* Description of the task:
Please determine how many lines of the material include the word "centre", and respond with nothing but that number.

* Input material:
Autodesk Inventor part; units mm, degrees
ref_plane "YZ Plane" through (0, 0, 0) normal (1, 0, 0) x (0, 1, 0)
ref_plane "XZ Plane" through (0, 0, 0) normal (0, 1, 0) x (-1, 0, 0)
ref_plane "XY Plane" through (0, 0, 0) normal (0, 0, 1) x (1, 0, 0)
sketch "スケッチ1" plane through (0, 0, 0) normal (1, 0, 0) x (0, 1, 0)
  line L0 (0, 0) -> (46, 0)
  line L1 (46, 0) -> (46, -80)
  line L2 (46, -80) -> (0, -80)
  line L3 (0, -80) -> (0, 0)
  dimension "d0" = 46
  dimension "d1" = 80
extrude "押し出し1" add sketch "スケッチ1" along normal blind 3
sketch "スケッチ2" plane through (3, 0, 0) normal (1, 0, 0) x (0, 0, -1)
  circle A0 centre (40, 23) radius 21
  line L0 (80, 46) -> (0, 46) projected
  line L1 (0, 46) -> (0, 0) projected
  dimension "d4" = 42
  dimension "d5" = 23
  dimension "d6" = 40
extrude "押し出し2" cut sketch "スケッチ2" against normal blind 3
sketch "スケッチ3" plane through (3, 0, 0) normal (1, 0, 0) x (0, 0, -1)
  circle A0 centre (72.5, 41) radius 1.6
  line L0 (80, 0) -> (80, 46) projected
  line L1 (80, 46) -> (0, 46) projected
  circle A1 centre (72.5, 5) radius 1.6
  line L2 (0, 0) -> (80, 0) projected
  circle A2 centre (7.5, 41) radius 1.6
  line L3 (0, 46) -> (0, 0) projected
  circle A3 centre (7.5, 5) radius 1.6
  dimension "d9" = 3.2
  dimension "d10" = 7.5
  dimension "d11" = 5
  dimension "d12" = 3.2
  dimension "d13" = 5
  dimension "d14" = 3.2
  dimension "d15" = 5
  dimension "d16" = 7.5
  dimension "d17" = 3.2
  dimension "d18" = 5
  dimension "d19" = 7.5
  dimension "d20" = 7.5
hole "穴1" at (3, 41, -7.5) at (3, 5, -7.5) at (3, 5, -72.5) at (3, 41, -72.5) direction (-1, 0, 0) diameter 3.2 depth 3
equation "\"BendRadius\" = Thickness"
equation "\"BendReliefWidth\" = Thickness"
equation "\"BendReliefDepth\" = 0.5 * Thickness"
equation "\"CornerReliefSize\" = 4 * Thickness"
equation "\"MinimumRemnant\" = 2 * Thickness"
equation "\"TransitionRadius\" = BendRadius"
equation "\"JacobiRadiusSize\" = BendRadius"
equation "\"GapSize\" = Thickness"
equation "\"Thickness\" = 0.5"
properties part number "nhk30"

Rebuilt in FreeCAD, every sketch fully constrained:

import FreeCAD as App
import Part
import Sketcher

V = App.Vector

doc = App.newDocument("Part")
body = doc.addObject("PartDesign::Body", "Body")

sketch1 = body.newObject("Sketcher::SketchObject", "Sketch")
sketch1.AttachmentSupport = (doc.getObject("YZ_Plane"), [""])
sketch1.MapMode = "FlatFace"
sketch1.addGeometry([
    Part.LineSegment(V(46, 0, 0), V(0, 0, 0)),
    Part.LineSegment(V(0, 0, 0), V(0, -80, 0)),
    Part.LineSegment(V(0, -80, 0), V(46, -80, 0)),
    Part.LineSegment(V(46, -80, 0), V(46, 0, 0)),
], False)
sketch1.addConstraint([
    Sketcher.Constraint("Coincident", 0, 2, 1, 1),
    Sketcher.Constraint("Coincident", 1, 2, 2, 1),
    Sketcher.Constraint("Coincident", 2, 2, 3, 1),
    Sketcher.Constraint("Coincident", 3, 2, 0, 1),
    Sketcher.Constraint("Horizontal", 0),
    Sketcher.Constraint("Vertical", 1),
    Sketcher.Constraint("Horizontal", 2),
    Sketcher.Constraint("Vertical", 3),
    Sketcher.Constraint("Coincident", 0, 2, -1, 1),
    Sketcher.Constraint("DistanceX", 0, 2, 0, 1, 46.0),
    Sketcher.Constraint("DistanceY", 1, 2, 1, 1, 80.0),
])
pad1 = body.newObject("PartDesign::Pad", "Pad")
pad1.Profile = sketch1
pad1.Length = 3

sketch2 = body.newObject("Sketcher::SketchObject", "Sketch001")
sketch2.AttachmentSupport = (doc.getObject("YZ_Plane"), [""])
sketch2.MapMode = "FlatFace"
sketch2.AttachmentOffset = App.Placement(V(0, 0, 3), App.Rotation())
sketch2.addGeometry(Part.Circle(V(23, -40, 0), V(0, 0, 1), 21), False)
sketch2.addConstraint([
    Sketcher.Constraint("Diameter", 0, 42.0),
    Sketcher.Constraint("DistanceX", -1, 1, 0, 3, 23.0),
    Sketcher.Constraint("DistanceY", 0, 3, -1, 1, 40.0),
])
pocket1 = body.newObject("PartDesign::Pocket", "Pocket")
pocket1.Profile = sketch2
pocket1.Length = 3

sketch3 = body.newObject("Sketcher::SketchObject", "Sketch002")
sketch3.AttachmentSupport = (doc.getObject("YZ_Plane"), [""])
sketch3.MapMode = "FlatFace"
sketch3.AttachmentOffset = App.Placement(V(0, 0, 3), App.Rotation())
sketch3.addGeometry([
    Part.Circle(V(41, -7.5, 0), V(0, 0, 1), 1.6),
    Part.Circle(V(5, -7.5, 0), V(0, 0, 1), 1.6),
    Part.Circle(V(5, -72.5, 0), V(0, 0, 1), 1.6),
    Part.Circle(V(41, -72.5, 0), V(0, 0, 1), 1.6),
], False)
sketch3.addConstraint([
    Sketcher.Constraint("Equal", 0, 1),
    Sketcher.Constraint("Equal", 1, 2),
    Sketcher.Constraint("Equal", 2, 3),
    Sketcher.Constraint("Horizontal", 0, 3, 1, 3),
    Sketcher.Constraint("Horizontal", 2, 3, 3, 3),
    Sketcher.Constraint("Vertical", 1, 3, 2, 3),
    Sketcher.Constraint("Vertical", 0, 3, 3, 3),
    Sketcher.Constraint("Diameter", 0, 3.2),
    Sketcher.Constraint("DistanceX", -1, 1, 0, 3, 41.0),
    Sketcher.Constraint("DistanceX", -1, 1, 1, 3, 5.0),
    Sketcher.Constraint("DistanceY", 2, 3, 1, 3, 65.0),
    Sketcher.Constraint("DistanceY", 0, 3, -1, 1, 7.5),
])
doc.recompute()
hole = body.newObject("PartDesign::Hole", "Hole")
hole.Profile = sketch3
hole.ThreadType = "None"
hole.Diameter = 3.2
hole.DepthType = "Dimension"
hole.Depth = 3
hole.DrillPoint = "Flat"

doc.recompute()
==
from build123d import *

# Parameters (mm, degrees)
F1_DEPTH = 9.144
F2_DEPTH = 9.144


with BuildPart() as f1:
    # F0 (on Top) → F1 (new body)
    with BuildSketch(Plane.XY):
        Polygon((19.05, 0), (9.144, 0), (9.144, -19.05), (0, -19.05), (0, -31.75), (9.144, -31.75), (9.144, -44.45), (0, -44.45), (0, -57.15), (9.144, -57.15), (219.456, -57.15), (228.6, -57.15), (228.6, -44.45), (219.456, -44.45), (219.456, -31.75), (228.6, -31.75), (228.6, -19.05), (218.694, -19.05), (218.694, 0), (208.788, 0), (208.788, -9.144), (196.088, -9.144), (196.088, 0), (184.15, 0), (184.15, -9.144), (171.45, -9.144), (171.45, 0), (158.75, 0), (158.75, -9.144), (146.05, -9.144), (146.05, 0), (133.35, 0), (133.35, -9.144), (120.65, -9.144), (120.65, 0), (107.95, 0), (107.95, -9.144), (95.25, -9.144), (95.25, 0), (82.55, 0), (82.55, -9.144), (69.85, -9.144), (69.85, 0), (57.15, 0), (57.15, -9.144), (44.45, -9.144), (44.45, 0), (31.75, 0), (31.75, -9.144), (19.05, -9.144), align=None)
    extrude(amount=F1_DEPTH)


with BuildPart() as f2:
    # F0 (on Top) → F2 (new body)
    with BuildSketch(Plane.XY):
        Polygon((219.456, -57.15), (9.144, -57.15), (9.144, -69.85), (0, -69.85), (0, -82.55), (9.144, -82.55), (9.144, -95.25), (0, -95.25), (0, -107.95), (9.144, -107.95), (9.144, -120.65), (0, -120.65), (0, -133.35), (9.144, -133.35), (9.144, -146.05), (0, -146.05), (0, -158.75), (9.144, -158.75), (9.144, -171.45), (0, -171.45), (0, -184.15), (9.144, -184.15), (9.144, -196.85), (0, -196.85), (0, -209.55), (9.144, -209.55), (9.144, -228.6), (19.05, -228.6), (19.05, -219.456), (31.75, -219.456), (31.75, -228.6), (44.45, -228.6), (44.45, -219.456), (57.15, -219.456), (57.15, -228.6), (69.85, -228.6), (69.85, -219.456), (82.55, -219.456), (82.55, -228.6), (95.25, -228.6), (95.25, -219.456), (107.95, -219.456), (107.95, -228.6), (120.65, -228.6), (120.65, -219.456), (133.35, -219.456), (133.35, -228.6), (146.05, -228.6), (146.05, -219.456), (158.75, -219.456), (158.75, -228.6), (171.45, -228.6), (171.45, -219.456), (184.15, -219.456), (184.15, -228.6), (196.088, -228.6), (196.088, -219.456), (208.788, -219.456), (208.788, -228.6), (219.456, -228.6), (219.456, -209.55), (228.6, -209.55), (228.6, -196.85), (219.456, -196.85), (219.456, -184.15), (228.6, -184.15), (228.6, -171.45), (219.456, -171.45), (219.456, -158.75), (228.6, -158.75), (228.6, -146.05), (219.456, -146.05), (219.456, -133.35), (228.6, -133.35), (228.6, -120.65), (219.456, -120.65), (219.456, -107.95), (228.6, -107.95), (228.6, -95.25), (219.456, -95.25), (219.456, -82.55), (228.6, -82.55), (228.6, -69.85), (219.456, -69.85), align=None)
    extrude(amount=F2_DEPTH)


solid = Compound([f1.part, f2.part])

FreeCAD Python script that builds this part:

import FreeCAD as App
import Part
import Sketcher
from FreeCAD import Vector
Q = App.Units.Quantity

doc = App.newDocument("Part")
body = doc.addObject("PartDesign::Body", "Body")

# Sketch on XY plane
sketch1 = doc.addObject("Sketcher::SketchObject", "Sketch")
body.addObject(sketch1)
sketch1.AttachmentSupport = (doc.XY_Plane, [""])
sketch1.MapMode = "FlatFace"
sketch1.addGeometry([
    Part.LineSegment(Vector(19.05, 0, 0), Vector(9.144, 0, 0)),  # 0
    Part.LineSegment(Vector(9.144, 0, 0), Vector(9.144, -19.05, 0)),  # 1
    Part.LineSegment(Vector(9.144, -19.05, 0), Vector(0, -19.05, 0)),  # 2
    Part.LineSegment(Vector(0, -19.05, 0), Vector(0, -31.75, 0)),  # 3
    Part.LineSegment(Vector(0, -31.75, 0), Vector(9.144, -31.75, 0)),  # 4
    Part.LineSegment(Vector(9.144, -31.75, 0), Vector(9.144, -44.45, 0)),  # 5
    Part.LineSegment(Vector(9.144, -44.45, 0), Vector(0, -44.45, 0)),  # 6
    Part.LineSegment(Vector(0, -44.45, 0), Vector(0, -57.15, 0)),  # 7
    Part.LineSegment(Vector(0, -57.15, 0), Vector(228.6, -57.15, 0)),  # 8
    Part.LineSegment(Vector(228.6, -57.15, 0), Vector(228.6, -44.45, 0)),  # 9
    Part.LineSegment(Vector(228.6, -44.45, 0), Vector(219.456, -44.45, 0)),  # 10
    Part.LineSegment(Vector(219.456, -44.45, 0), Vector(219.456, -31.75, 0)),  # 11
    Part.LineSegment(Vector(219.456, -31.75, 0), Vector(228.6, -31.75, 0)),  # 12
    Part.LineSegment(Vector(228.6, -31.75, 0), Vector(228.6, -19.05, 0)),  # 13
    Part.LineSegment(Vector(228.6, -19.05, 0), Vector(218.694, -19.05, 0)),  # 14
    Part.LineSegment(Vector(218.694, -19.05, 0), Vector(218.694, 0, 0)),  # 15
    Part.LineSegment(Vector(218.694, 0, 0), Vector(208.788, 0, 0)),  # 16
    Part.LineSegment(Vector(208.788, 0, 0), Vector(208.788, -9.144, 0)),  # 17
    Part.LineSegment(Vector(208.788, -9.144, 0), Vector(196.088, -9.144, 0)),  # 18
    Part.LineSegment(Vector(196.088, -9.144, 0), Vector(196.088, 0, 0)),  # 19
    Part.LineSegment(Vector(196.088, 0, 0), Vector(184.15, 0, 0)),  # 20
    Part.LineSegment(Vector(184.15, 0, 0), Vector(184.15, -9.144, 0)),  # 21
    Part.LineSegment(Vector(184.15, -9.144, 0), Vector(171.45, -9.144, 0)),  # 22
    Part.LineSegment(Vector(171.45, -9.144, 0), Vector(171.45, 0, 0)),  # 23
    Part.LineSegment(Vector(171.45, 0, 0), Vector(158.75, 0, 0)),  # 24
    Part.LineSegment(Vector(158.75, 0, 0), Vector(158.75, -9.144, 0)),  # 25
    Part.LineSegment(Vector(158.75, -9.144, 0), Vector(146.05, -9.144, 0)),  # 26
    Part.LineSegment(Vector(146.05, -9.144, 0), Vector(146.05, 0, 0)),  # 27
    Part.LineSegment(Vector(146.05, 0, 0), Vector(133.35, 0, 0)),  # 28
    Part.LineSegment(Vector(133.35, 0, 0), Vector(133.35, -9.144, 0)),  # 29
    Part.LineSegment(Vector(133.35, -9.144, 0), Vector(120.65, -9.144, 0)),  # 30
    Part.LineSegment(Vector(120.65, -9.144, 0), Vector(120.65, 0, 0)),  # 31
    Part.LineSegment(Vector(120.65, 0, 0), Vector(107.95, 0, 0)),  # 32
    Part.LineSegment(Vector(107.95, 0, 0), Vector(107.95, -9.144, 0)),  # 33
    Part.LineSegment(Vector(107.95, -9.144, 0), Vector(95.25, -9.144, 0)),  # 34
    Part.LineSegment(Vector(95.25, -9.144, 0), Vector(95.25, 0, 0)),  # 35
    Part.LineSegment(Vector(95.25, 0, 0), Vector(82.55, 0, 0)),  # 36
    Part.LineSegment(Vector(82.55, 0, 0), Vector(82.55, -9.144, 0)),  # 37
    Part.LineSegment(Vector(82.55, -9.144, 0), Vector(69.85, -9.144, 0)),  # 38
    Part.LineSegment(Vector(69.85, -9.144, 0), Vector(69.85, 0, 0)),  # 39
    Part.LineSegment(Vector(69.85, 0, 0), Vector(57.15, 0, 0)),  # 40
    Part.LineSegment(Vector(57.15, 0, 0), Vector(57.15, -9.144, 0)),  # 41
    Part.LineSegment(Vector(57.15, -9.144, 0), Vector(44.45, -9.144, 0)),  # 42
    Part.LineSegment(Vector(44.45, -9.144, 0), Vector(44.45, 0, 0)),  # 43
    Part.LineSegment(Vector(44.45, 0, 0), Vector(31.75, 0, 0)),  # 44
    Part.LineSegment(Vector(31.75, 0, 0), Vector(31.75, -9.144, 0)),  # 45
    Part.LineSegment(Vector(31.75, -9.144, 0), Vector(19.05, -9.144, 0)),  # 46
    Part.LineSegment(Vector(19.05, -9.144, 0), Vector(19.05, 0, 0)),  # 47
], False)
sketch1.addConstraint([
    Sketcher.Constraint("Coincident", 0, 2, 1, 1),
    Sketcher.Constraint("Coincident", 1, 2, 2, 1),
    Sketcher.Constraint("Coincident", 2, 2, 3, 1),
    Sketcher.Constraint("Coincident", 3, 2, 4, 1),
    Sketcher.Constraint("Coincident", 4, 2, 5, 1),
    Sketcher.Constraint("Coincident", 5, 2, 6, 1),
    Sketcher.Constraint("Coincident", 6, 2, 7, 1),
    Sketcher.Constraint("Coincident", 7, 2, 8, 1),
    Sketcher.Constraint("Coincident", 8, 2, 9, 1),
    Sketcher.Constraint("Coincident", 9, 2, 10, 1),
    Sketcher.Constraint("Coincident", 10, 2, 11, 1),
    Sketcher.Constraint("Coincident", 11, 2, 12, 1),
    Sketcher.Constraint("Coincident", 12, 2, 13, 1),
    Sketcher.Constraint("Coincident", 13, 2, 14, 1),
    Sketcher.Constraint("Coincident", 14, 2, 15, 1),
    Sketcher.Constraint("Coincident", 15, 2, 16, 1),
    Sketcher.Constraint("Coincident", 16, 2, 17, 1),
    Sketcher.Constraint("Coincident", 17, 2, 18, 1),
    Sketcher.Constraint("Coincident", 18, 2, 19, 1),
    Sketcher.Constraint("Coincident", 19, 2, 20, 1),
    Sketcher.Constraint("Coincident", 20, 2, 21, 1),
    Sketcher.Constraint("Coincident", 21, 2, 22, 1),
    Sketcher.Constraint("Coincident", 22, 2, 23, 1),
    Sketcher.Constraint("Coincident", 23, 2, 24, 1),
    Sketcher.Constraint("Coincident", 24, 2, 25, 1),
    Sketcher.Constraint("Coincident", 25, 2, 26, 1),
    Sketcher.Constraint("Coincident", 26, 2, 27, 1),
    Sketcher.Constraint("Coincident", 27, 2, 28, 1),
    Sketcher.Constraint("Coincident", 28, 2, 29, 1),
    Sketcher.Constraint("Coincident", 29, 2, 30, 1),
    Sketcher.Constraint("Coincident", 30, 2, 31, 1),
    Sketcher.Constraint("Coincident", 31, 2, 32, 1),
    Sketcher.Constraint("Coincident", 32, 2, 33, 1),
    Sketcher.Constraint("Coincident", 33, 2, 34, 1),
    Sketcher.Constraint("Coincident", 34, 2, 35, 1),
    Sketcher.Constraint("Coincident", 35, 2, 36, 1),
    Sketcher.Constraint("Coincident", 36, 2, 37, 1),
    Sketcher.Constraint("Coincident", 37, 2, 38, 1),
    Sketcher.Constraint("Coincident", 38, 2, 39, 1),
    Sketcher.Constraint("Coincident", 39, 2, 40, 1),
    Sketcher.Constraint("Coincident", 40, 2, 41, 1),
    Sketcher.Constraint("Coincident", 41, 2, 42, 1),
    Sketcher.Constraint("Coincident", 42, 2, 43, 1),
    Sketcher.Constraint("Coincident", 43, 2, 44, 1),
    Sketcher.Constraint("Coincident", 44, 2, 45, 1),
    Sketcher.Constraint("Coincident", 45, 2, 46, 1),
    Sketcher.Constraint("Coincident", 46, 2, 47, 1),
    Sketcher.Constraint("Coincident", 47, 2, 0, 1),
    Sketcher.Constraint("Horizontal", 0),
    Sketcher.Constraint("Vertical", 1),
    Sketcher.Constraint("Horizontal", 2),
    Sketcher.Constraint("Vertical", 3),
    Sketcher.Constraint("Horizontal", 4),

* Response below:
5